SOURCE MATERIAL:
++++++++++++++++++++

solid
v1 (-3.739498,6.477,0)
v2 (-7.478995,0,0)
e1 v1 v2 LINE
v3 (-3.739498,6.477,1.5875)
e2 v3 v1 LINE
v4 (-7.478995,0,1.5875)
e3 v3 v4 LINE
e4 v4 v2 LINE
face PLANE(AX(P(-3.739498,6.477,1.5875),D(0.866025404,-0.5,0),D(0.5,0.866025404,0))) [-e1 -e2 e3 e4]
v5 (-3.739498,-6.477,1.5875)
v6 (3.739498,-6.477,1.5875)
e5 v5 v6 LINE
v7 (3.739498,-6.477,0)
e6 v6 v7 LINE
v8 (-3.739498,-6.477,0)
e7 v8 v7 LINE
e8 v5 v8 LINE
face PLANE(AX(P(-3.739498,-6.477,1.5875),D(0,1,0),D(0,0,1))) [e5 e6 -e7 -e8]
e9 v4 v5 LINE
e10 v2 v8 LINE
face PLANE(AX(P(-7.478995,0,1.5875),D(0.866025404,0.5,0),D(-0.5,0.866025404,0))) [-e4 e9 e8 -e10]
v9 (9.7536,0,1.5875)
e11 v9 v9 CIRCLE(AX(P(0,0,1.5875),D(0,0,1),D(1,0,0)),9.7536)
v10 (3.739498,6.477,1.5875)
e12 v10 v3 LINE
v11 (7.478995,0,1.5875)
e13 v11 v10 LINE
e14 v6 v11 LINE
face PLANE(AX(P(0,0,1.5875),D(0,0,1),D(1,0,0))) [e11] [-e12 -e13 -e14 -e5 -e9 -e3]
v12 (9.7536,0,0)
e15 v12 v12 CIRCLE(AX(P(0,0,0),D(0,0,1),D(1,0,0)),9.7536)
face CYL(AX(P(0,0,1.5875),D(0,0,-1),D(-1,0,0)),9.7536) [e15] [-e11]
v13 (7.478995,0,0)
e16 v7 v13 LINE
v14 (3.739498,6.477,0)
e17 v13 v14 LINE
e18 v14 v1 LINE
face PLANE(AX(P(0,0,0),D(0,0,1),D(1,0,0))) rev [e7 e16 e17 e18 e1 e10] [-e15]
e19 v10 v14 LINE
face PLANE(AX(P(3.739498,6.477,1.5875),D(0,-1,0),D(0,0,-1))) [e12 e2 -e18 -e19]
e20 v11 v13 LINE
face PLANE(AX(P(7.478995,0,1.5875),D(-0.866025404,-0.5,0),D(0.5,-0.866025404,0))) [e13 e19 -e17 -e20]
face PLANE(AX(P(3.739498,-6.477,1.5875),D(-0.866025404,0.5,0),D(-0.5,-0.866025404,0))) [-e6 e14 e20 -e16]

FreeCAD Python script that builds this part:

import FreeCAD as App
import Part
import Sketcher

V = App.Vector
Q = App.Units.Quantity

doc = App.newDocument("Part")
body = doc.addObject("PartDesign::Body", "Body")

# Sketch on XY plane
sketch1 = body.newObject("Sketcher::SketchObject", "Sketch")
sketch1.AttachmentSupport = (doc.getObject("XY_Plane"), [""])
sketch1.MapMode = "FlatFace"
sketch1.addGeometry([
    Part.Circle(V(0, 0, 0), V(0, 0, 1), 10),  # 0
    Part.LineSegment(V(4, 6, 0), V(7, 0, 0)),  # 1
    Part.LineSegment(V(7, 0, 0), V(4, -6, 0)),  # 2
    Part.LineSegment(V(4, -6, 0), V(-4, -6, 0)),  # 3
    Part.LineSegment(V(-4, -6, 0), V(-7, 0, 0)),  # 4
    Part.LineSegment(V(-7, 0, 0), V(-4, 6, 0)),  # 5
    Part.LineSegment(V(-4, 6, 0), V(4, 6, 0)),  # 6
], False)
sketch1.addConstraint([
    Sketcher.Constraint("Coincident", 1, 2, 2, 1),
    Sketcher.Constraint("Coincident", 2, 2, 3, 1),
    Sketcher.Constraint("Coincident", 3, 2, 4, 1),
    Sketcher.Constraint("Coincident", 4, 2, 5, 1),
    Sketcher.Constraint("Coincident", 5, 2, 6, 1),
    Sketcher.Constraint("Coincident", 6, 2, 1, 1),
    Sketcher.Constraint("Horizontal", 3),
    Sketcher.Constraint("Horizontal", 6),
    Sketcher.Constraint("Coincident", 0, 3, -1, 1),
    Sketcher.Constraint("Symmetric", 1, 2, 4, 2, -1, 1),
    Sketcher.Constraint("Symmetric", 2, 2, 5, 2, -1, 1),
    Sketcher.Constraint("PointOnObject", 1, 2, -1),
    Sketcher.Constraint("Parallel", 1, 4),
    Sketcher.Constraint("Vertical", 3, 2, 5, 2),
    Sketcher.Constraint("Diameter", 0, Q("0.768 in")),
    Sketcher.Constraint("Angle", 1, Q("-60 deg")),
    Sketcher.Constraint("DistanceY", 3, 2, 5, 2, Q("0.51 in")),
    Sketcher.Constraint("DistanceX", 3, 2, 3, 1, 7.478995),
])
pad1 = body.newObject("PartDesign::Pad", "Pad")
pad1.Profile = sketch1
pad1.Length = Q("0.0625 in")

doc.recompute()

++++++++++++++++++++

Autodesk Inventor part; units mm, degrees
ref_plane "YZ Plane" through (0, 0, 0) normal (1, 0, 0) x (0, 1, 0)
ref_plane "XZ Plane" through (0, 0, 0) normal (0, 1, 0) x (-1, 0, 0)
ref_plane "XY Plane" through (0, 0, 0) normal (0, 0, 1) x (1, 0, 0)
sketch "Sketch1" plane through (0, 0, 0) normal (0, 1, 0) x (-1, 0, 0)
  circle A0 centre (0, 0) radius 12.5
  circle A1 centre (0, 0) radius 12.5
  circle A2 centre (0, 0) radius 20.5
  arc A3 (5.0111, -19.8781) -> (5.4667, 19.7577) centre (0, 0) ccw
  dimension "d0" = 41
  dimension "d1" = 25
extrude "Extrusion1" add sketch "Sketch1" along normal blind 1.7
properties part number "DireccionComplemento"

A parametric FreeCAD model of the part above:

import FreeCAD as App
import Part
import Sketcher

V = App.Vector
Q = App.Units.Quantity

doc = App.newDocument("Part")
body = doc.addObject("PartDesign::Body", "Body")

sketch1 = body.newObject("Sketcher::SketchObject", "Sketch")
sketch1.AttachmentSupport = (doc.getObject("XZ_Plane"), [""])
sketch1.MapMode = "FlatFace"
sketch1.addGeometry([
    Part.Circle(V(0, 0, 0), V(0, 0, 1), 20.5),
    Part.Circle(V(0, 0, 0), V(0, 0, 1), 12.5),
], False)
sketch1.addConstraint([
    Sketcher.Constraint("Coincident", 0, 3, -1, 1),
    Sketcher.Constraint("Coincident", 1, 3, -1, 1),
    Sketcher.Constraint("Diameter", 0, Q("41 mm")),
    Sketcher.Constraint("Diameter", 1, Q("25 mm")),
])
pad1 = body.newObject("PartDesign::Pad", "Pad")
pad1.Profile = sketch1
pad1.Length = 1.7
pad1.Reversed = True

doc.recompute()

++++++++++++++++++++

ACTIVITY: If a line of the entries contains the string "centre", it counts; report how many such lines there are, as a bare number.

SOLUTION TO THE EXERCISE: 4